Rigorous derivation of dark energy and inflation as geometry effects in Covariant Canonical Gauge Gravity

TL;DR

This paper explores how Covariant Canonical Gauge Gravity (CCGG), a first-principles derived Palatini theory, can naturally explain dark energy and inflation as effects of spacetime geometry, aligning with observational data.

Contribution

It introduces a covariant Hamiltonian formulation of gravity with torsion and quadratic curvature terms, extending Einstein-Hilbert theory to account for dark energy and inflation.

Findings

Cosmological models compatible with ΛCDM

Dark energy emerges as a geometric correction

Viable scenarios with bounce and bang cosmologies

Abstract

The cosmological implications of the Covariant Canonical Gauge Theory of Gravity (CCGG) are investigated. CCGG is a Palatini theory derived from first principles using the canonical transformation formalism in the covariant Hamiltonian formulation.
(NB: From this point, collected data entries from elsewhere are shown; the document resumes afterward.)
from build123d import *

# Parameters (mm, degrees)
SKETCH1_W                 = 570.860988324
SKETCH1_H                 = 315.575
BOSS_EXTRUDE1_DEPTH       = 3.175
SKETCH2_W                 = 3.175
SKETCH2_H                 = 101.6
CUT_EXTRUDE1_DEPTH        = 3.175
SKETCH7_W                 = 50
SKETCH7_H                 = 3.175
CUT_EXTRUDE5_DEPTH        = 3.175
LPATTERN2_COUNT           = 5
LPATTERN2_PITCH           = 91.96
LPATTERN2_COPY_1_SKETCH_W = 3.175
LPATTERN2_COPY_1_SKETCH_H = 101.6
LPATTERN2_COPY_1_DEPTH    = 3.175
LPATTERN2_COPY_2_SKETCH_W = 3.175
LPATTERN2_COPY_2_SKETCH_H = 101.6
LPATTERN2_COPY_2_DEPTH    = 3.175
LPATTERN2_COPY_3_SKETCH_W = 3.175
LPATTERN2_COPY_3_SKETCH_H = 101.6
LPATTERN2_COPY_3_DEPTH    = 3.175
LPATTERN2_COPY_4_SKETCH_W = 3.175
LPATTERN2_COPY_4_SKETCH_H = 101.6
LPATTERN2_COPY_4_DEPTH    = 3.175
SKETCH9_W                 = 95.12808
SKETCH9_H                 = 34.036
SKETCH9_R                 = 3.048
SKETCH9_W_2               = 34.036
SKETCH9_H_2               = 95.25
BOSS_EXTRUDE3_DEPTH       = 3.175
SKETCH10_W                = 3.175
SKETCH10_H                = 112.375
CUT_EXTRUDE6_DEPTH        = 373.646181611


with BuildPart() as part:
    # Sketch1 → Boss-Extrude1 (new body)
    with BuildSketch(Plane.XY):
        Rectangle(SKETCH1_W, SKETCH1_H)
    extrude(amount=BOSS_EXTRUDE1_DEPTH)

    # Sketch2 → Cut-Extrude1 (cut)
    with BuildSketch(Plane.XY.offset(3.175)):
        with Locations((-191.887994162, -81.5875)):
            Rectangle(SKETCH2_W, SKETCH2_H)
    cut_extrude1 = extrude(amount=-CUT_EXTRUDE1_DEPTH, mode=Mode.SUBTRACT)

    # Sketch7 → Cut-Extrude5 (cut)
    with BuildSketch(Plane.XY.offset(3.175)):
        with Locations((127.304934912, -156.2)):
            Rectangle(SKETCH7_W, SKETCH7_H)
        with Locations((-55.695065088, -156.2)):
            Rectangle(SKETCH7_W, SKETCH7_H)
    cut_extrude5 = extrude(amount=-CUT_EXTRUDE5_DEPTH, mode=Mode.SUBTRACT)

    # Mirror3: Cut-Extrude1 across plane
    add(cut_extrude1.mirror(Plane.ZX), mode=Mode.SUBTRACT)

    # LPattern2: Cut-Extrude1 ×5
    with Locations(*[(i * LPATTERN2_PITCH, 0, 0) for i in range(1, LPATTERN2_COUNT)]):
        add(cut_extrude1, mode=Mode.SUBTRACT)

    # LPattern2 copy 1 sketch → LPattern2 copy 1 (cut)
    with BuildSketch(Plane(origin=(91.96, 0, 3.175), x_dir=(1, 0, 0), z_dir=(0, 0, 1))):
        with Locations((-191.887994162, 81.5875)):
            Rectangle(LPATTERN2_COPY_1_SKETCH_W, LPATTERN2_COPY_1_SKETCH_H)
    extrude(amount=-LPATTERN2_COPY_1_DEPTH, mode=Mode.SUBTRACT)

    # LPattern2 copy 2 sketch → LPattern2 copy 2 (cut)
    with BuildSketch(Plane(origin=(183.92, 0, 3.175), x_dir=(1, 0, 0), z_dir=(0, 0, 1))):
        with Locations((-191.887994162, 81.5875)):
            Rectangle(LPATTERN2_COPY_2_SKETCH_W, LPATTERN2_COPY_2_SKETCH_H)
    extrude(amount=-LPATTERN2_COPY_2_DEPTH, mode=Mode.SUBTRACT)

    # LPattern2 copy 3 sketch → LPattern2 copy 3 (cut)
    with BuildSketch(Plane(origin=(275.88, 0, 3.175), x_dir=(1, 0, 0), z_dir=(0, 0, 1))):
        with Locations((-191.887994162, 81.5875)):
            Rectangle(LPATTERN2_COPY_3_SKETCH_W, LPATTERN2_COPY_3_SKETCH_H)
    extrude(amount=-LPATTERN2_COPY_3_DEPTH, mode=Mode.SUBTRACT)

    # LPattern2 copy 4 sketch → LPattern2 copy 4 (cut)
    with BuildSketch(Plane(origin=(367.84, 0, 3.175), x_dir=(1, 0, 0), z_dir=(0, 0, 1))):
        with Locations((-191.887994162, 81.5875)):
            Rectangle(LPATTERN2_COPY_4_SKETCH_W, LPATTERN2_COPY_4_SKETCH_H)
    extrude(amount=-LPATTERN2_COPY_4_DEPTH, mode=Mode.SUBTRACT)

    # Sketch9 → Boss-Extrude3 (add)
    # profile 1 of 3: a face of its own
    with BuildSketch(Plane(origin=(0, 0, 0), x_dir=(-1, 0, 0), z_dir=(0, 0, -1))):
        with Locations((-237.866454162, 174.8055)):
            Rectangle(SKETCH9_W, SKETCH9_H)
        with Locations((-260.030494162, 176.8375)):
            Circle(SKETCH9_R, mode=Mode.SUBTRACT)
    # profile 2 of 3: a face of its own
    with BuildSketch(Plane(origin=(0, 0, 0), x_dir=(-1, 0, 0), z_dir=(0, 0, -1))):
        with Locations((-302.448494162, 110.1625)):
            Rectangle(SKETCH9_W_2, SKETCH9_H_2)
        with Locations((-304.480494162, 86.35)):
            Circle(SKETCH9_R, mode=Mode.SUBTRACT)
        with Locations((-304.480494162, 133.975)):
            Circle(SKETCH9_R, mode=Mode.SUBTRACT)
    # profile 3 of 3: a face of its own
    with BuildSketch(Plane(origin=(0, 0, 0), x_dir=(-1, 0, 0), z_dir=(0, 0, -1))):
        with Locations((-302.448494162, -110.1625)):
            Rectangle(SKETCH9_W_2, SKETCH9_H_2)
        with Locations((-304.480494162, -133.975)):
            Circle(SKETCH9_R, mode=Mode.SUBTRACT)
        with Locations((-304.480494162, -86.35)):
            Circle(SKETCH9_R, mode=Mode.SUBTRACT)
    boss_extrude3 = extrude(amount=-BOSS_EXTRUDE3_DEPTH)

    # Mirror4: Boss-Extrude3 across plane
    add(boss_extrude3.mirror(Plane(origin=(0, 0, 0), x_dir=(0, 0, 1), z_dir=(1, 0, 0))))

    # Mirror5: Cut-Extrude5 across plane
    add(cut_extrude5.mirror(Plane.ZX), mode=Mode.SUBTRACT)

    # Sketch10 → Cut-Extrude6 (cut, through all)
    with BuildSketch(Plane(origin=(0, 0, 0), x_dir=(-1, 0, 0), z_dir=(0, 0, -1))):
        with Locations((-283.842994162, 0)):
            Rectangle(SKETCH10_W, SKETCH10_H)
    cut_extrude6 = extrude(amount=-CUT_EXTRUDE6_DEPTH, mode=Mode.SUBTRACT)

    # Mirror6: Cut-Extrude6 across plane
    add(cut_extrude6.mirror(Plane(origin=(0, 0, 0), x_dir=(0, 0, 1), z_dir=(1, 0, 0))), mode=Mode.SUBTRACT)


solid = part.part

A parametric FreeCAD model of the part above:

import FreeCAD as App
import Part
import Sketcher

V = App.Vector
Q = App.Units.Quantity


def add_polygon(sketch, points):
    """Adds a closed chain of lines whose ends are joined by coincident constraints."""
    first, n = sketch.GeometryCount, len(points)
    for a, b in zip(points, points[1:] + points[:1]):
        sketch.addGeometry(Part.LineSegment(App.Vector(*a, 0), App.Vector(*b, 0)), False)
    for i in range(n):
        sketch.addConstraint(Sketcher.Constraint("Coincident", first + i, 2, first + (i + 1) % n, 1))

doc = App.newDocument("Part")
body = doc.addObject("PartDesign::Body", "Body")

# Sketch on XY plane
sketch1 = body.newObject("Sketcher::SketchObject", "Sketch")
sketch1.AttachmentSupport = (doc.getObject("XY_Plane"), [""])
sketch1.MapMode = "FlatFace"
add_polygon(sketch1, [(-285, 158), (-285, -158), (285, -158), (285, 158)])  # lines 0-3
sketch1.addConstraint([
    Sketcher.Constraint("Vertical", 0),
    Sketcher.Constraint("Horizontal", 1),
    Sketcher.Constraint("Vertical", 2),
    Sketcher.Constraint("Horizontal", 3),
    Sketcher.Constraint("Symmetric", 0, 2, 2, 2, -1, 1),
    Sketcher.Constraint("DistanceY", 0, 2, 0, 1, 315.575),
    Sketcher.Constraint("DistanceX", 1, 1, 1, 2, 570.860988),
])
pad1 = body.newObject("PartDesign::Pad", "Pad")
pad1.Profile = sketch1
pad1.Length = Q("0.125 in")

# Sketch on XY plane
sketch2 = body.newObject("Sketcher::SketchObject", "Sketch001")
sketch2.AttachmentSupport = (doc.getObject("XY_Plane"), [""])
sketch2.MapMode = "FlatFace"
sketch2.AttachmentOffset = App.Placement(V(0, 0, 0.125 * 25.4), App.Rotation())
add_polygon(sketch2, [(-193.5, -30.8), (-193.5, -132.4), (-190.3, -132.4), (-190.3, -30.8)])  # lines 0-3
sketch2.addConstraint([
    Sketcher.Constraint("Vertical", 0),
    Sketcher.Constraint("Horizontal", 1),
    Sketcher.Constraint("Vertical", 2),
    Sketcher.Constraint("Horizontal", 3),
    Sketcher.Constraint("DistanceY", 0, 2, 0, 1, Q("4 in")),
    Sketcher.Constraint("DistanceX", 1, 1, 1, 2, Q("0.125 in")),
    Sketcher.Constraint("DistanceY", 0, 2, -1, 1, 132.3875),
    Sketcher.Constraint("DistanceX", 0, 2, -1, 1, 193.475494),
])
pocket1 = body.newObject("PartDesign::Pocket", "Pocket")
pocket1.Profile = sketch2
pocket1.Length = Q("0.125 in")

# Sketch on XY plane
sketch3 = body.newObject("Sketcher::SketchObject", "Sketch002")
sketch3.AttachmentSupport = (doc.getObject("XY_Plane"), [""])
sketch3.MapMode = "FlatFace"
sketch3.AttachmentOffset = App.Placement(V(0, 0, 0.125 * 25.4), App.Rotation())
add_polygon(sketch3, [(102.3, -154.6), (102.3, -157.8), (152.3, -157.8), (152.3, -154.6)])  # lines 0-3
add_polygon(sketch3, [(-80.7, -154.6), (-80.7, -157.8), (-30.7, -157.8), (-30.7, -154.6)])  # lines 4-7
sketch3.addConstraint([
    Sketcher.Constraint("Vertical", 0),
    Sketcher.Constraint("Horizontal", 1),
    Sketcher.Constraint("Vertical", 2),
    Sketcher.Constraint("Horizontal", 3),
    Sketcher.Constraint("Vertical", 4),
    Sketcher.Constraint("Horizontal", 5),
    Sketcher.Constraint("Vertical", 6),
    Sketcher.Constraint("Horizontal", 7),
    Sketcher.Constraint("Horizontal", 1, 2, 4, 2),
    Sketcher.Constraint("Horizontal", 3, 2, 6, 2),
    Sketcher.Constraint("Equal", 3, 5),
    Sketcher.Constraint("DistanceY", 0, 2, 0, 1, Q("0.125 in")),
    Sketcher.Constraint("DistanceX", 1, 1, 1, 2, 50.0),
    Sketcher.Constraint("DistanceY", 0, 2, -1, 1, 157.7875),
    Sketcher.Constraint("DistanceX", 4, 2, 0, 2, 183.0),
    Sketcher.Constraint("DistanceX", -1, 1, 0, 2, 102.304935),
])
pocket2 = body.newObject("PartDesign::Pocket", "Pocket001")
pocket2.Profile = sketch3
pocket2.Length = Q("0.125 in")
doc.recompute()

mirrored = body.newObject("PartDesign::Mirrored", "Mirrored")
mirrored.Originals = [pocket1]
mirrored.MirrorPlane = (doc.getObject("XZ_Plane"), [""])
body.Tip = mirrored
doc.recompute()

linearpattern = body.newObject("PartDesign::LinearPattern", "LinearPattern")
linearpattern.Originals = [pocket1]
linearpattern.Direction = (doc.getObject("X_Axis"), [""])
linearpattern.Mode = "offset"
linearpattern.Offset = 91.96
linearpattern.Occurrences = 5
body.Tip = linearpattern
The Einstein-Hilbert theory is thereby extended by a quadratic Riemann-Cartan term in the Lagrangian. Moreover, the requirement of covariant conservation of the stress-energy tensor leads to necessary presence of torsion. In the Friedman universe that promotes the cosmological constant to a time-dependent function, and gives rise to a geometrical correction with the EOS of dark radiation. The resulting cosmology, compatible with the $\Lambda$CDM parameter set, encompasses bounce and bang scenarios with graceful exits into the late dark energy era. Testing those scenarios against low-z observations shows that CCGG is a viable theory.